Exercise details – Reproduce exactly the lines of the material beneath, from the line that contains "#183=ORIENTED_EDGE('',*,*,#172,.F.);" to the line that contains "The same part", both included, and no other lines.

Records supplied –

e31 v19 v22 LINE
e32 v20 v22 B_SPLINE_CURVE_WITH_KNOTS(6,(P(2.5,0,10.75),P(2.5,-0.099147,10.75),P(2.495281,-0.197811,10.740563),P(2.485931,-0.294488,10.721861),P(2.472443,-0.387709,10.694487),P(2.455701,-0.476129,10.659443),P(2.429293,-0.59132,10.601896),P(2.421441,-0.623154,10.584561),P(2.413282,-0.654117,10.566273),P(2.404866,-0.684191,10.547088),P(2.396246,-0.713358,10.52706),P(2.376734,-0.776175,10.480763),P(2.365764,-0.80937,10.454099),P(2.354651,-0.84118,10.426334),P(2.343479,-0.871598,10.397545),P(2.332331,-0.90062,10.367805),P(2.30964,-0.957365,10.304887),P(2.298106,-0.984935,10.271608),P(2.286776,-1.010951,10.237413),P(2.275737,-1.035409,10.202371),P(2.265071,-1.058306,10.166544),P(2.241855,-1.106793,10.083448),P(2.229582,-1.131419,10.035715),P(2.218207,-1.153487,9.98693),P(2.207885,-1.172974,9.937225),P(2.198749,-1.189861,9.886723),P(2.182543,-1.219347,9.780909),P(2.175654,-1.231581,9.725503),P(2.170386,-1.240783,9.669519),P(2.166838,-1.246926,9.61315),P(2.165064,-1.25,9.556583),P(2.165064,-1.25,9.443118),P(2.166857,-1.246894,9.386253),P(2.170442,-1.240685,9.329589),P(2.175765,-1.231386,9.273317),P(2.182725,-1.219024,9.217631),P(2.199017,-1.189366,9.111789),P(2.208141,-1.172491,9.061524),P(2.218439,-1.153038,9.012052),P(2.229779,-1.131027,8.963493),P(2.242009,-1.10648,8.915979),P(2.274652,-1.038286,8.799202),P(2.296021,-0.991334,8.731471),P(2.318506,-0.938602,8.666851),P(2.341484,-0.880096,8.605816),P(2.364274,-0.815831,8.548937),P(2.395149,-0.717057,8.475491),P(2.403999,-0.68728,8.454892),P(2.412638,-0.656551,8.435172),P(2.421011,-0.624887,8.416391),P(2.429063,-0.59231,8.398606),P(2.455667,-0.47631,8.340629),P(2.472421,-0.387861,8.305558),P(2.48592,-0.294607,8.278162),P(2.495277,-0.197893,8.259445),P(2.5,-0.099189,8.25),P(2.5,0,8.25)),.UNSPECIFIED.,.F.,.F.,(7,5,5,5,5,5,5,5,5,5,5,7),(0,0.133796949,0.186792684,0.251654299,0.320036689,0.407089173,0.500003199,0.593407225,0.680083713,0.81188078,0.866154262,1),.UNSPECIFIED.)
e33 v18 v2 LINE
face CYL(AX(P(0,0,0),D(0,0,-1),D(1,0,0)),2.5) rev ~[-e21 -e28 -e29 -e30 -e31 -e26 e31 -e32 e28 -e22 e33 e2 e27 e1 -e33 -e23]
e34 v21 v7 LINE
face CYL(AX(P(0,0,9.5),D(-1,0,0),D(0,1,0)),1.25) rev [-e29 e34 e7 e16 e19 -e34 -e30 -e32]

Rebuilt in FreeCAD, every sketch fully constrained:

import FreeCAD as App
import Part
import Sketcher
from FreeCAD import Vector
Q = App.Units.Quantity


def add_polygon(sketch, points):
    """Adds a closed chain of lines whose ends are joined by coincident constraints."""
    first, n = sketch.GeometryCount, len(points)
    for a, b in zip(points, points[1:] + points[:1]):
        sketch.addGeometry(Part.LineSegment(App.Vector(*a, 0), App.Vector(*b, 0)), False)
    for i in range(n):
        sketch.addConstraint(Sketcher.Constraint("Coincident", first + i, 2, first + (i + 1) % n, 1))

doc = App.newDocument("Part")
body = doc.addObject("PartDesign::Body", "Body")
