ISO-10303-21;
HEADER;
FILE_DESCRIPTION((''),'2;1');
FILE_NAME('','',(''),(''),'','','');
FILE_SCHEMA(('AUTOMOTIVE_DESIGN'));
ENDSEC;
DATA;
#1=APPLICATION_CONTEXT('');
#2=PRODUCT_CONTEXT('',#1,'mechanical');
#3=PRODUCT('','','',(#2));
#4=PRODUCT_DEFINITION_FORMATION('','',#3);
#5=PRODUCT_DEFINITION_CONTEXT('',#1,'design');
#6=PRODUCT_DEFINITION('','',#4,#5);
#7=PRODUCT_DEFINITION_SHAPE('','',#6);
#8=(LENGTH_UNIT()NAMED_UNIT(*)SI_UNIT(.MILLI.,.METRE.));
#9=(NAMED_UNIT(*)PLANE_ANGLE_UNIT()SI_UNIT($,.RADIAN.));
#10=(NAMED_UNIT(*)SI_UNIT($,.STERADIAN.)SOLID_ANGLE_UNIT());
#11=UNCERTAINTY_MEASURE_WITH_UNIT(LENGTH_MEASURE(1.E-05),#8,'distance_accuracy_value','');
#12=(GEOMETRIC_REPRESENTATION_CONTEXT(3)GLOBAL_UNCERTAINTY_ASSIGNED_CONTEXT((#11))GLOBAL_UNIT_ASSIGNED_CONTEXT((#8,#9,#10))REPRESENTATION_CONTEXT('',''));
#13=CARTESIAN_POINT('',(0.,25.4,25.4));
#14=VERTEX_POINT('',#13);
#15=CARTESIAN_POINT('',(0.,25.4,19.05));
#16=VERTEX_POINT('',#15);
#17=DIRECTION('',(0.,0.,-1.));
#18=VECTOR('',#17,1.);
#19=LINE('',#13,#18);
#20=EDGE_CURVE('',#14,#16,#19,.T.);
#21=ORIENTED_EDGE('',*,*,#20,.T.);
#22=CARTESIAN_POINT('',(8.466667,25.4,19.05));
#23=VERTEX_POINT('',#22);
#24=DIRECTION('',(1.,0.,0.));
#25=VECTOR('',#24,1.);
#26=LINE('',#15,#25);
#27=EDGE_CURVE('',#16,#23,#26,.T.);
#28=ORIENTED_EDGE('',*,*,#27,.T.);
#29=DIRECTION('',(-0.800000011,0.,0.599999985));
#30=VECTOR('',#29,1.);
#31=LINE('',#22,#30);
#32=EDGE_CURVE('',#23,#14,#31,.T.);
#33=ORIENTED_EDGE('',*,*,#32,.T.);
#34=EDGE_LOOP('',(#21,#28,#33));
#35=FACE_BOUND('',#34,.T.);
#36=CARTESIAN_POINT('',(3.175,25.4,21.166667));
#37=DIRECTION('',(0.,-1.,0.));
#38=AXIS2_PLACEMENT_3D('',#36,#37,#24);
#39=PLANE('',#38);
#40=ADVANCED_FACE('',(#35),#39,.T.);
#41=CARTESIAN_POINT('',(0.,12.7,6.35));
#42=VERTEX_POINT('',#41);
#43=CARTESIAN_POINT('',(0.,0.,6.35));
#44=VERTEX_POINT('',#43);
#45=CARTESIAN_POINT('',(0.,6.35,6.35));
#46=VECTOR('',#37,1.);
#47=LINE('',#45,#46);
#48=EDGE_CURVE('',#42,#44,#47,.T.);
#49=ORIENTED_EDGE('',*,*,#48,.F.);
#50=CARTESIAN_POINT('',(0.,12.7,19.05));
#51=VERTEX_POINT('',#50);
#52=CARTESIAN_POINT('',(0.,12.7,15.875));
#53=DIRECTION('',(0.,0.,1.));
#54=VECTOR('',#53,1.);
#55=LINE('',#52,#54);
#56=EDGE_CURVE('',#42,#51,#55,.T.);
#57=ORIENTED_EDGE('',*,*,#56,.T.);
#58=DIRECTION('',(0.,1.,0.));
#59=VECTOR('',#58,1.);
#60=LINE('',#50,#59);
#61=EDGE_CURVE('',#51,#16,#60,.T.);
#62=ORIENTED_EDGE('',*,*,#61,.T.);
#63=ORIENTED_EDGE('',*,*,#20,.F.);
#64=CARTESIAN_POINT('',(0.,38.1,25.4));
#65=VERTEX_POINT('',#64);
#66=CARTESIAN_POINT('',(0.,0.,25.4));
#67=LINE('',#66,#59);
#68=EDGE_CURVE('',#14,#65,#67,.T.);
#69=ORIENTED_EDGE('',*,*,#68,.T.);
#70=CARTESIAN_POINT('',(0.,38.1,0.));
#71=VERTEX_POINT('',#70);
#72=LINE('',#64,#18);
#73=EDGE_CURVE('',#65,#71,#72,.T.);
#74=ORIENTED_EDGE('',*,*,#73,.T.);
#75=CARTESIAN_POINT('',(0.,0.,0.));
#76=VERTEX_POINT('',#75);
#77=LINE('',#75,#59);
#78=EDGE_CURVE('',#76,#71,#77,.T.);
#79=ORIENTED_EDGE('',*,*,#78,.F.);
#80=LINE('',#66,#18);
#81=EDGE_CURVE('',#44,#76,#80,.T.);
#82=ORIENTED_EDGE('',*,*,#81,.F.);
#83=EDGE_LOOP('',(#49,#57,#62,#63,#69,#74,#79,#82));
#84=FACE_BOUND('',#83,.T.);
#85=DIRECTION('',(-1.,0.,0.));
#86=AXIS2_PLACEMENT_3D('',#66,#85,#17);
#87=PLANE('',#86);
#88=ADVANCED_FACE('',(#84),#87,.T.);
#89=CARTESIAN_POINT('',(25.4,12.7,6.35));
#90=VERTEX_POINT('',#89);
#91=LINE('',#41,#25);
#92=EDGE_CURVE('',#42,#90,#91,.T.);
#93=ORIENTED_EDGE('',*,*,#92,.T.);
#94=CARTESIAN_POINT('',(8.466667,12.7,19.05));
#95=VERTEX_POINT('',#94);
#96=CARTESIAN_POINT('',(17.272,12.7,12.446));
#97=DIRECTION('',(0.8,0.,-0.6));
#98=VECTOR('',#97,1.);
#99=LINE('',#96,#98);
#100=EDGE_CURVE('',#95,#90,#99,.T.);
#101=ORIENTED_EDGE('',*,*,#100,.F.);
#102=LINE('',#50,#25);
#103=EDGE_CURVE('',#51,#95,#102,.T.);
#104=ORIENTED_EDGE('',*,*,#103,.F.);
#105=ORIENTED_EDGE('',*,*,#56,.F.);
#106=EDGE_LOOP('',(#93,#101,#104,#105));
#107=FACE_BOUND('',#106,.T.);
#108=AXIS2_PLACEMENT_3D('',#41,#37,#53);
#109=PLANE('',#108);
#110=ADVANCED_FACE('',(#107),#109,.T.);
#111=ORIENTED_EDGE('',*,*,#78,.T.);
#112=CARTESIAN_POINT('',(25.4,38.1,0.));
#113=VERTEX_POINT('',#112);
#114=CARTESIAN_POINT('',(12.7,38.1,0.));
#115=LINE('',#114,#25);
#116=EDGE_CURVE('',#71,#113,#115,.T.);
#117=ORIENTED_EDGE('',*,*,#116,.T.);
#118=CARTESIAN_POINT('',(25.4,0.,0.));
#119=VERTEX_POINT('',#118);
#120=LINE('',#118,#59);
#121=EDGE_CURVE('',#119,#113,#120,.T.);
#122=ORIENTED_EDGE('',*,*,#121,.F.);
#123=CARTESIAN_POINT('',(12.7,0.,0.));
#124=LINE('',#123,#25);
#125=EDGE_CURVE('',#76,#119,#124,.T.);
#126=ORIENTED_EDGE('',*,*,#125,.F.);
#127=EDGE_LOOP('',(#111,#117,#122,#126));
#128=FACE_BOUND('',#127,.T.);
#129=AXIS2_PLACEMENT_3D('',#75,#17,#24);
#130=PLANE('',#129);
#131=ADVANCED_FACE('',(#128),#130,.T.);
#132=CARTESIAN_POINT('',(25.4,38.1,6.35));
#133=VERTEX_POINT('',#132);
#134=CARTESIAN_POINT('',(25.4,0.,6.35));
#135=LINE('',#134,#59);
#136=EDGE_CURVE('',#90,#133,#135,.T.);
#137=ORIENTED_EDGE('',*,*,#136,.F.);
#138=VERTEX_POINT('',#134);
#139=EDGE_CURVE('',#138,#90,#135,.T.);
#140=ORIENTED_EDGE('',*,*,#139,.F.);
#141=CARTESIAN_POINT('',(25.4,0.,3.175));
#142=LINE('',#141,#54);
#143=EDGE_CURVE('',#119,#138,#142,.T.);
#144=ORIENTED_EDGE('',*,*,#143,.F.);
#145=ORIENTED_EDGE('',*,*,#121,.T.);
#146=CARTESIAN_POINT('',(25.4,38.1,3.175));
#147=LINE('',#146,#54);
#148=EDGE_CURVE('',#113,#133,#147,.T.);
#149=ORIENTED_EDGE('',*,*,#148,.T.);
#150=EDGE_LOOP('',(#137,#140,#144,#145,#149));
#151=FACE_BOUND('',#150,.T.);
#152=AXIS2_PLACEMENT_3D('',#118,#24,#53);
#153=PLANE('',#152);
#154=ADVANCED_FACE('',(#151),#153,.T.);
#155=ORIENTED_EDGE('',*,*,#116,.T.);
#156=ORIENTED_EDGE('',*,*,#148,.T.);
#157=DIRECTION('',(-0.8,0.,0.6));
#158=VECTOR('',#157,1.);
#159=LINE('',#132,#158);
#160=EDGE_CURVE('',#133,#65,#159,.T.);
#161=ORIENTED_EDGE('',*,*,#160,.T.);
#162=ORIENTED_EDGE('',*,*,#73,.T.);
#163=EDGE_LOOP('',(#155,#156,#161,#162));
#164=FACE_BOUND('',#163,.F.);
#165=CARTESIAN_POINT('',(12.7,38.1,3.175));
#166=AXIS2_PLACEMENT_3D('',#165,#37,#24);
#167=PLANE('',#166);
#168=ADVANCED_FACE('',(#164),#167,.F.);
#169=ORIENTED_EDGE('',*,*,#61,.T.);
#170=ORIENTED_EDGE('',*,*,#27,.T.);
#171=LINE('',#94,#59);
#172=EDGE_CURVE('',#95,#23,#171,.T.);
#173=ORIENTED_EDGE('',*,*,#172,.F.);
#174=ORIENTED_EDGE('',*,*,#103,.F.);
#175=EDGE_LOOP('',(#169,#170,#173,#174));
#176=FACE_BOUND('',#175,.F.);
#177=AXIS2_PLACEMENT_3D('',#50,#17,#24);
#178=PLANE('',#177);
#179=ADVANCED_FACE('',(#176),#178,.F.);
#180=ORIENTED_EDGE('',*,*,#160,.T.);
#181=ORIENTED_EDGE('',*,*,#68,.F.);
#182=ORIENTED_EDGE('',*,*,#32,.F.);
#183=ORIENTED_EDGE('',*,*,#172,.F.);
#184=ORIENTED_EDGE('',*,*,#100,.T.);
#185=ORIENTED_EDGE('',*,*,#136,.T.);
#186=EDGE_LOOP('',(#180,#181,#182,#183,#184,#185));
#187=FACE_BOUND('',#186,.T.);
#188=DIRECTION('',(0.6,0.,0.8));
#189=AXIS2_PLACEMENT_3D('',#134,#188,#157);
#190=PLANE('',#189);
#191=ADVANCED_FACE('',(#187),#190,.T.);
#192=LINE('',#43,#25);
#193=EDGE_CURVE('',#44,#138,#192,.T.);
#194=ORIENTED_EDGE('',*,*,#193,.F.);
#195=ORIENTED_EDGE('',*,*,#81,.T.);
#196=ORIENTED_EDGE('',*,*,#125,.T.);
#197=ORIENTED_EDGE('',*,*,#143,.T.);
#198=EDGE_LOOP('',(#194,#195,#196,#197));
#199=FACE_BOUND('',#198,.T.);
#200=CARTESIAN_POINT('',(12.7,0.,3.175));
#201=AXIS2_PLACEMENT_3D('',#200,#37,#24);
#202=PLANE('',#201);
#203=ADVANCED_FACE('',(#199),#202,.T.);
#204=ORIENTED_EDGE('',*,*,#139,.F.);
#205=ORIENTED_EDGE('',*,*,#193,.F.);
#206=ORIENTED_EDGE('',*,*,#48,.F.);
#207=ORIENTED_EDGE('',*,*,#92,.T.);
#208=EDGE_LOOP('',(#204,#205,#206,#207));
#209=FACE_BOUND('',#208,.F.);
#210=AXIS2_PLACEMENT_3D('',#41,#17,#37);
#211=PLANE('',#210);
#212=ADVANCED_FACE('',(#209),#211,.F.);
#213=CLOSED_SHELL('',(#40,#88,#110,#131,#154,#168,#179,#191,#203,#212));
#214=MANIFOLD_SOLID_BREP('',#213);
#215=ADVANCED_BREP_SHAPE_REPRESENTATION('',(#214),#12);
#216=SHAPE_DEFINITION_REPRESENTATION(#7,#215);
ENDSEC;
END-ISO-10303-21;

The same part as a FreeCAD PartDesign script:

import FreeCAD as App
import Part
import Sketcher
from FreeCAD import Vector
Q = App.Units.Quantity

doc = App.newDocument("Part")
body = doc.addObject("PartDesign::Body", "Body")

# Sketch on XZ plane
sketch1 = body.newObject("Sketcher::SketchObject", "Sketch")
sketch1.AttachmentSupport = (doc.getObject("XZ_Plane"), [""])
sketch1.MapMode = "FlatFace"
sketch1.addGeometry(Part.LineSegment(Vector(0, 0, 0), Vector(25, 0, 0)), False)
sketch1.addGeometry(Part.LineSegment(Vector(25, 0, 0), Vector(25, 6, 0)), False)
sketch1.addGeometry(Part.LineSegment(Vector(25, 6, 0), Vector(0, 25, 0)), False)
sketch1.addGeometry(Part.LineSegment(Vector(0, 25, 0), Vector(0, 0, 0)), False)
sketch1.addConstraint(Sketcher.Constraint("Coincident", 0, 2, 1, 1))
sketch1.addConstraint(Sketcher.Constraint("Coincident", 1, 2, 2, 1))
sketch1.addConstraint(Sketcher.Constraint("Coincident", 2, 2, 3, 1))
sketch1.addConstraint(Sketcher.Constraint("Coincident", 3, 2, 0, 1))
sketch1.addConstraint(Sketcher.Constraint("Horizontal", 0))
sketch1.addConstraint(Sketcher.Constraint("Vertical", 1))
sketch1.addConstraint(Sketcher.Constraint("Vertical", 3))
sketch1.addConstraint(Sketcher.Constraint("Coincident", 3, 2, -1, 1))
sketch1.addConstraint(Sketcher.Constraint("Equal", 0, 3))
sketch1.addConstraint(Sketcher.Constraint("DistanceX", 0, 1, 0, 2, Q("1 in")))
sketch1.addConstraint(Sketcher.Constraint("DistanceY", 1, 1, 1, 2, Q("0.25 in")))
pad1 = body.newObject("PartDesign::Pad", "Pad")
pad1.Profile = sketch1
pad1.Length = Q("1.5 in")
pad1.Reversed = True

# Sketch on YZ plane
sketch2 = body.newObject("Sketcher::SketchObject", "Sketch001")
sketch2.AttachmentSupport = (doc.getObject("YZ_Plane"), [""])
sketch2.MapMode = "FlatFace"
sketch2.addGeometry(Part.LineSegment(Vector(13, 25, 0), Vector(13, 6, 0)), False)
sketch2.addGeometry(Part.LineSegment(Vector(13, 6, 0), Vector(0, 6, 0)), False)
sketch2.addGeometry(Part.LineSegment(Vector(0, 6, 0), Vector(0, 25, 0)), False)
sketch2.addGeometry(Part.LineSegment(Vector(0, 25, 0), Vector(13, 25, 0)), False)
sketch2.addConstraint(Sketcher.Constraint("Coincident", 0, 2, 1, 1))
sketch2.addConstraint(Sketcher.Constraint("Coincident", 1, 2, 2, 1))
sketch2.addConstraint(Sketcher.Constraint("Coincident", 2, 2, 3, 1))
sketch2.addConstraint(Sketcher.Constraint("Coincident", 3, 2, 0, 1))
sketch2.addConstraint(Sketcher.Constraint("Vertical", 0))
sketch2.addConstraint(Sketcher.Constraint("Horizontal", 1))
sketch2.addConstraint(Sketcher.Constraint("Vertical", 2))
sketch2.addConstraint(Sketcher.Constraint("Horizontal", 3))
sketch2.addConstraint(Sketcher.Constraint("PointOnObject", 1, 2, -2))
sketch2.addConstraint(Sketcher.Constraint("DistanceX", 1, 2, 1, 1, Q("0.5 in")))
sketch2.addConstraint(Sketcher.Constraint("DistanceY", -1, 1, 2, 2, Q("1 in")))
sketch2.addConstraint(Sketcher.Constraint("DistanceY", 0, 2, 0, 1, Q("0.75 in")))
pocket1 = body.newObject("PartDesign::Pocket", "Pocket")
pocket1.Profile = sketch2
pocket1.Length = Q("1 in")
pocket1.Reversed = True

# Sketch on XZ plane
sketch3 = body.newObject("Sketcher::SketchObject", "Sketch002")
sketch3.AttachmentSupport = (doc.getObject("XZ_Plane"), [""])
sketch3.MapMode = "FlatFace"
sketch3.AttachmentOffset = App.Placement(Vector(0, 0, -0.5 * 25.4), App.Rotation())
sketch3.addGeometry(Part.LineSegment(Vector(0, 25, 0), Vector(0, 19, 0)), False)
sketch3.addGeometry(Part.LineSegment(Vector(0, 19, 0), Vector(8, 19, 0)), False)
sketch3.addGeometry(Part.LineSegment(Vector(8, 19, 0), Vector(0, 25, 0)), False)
sketch3.addConstraint(Sketcher.Constraint("Coincident", 0, 2, 1, 1))
sketch3.addConstraint(Sketcher.Constraint("Coincident", 1, 2, 2, 1))
sketch3.addConstraint(Sketcher.Constraint("Coincident", 2, 2, 0, 1))
sketch3.addConstraint(Sketcher.Constraint("Vertical", 0))
sketch3.addConstraint(Sketcher.Constraint("Horizontal", 1))
sketch3.addConstraint(Sketcher.Constraint("PointOnObject", 0, 2, -2))
sketch3.addConstraint(Sketcher.Constraint("DistanceY", -1, 1, 2, 2, Q("1 in")))
sketch3.addConstraint(Sketcher.Constraint("DistanceY", 0, 2, 0, 1, Q("0.25 in")))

Task result –
#183=ORIENTED_EDGE('',*,*,#172,.F.);
#184=ORIENTED_EDGE('',*,*,#100,.T.);
#185=ORIENTED_EDGE('',*,*,#136,.T.);
#186=EDGE_LOOP('',(#180,#181,#182,#183,#184,#185));
#187=FACE_BOUND('',#186,.T.);
#188=DIRECTION('',(0.6,0.,0.8));
#189=AXIS2_PLACEMENT_3D('',#134,#188,#157);
#190=PLANE('',#189);
#191=ADVANCED_FACE('',(#187),#190,.T.);
#192=LINE('',#43,#25);
#193=EDGE_CURVE('',#44,#138,#192,.T.);
#194=ORIENTED_EDGE('',*,*,#193,.F.);
#195=ORIENTED_EDGE('',*,*,#81,.T.);
#196=ORIENTED_EDGE('',*,*,#125,.T.);
#197=ORIENTED_EDGE('',*,*,#143,.T.);
#198=EDGE_LOOP('',(#194,#195,#196,#197));
#199=FACE_BOUND('',#198,.T.);
#200=CARTESIAN_POINT('',(12.7,0.,3.175));
#201=AXIS2_PLACEMENT_3D('',#200,#37,#24);
#202=PLANE('',#201);
#203=ADVANCED_FACE('',(#199),#202,.T.);
#204=ORIENTED_EDGE('',*,*,#139,.F.);
#205=ORIENTED_EDGE('',*,*,#193,.F.);
#206=ORIENTED_EDGE('',*,*,#48,.F.);
#207=ORIENTED_EDGE('',*,*,#92,.T.);
#208=EDGE_LOOP('',(#204,#205,#206,#207));
#209=FACE_BOUND('',#208,.F.);
#210=AXIS2_PLACEMENT_3D('',#41,#17,#37);
#211=PLANE('',#210);
#212=ADVANCED_FACE('',(#209),#211,.F.);
#213=CLOSED_SHELL('',(#40,#88,#110,#131,#154,#168,#179,#191,#203,#212));
#214=MANIFOLD_SOLID_BREP('',#213);
#215=ADVANCED_BREP_SHAPE_REPRESENTATION('',(#214),#12);
#216=SHAPE_DEFINITION_REPRESENTATION(#7,#215);
ENDSEC;
END-ISO-10303-21;

The same part as a FreeCAD PartDesign script:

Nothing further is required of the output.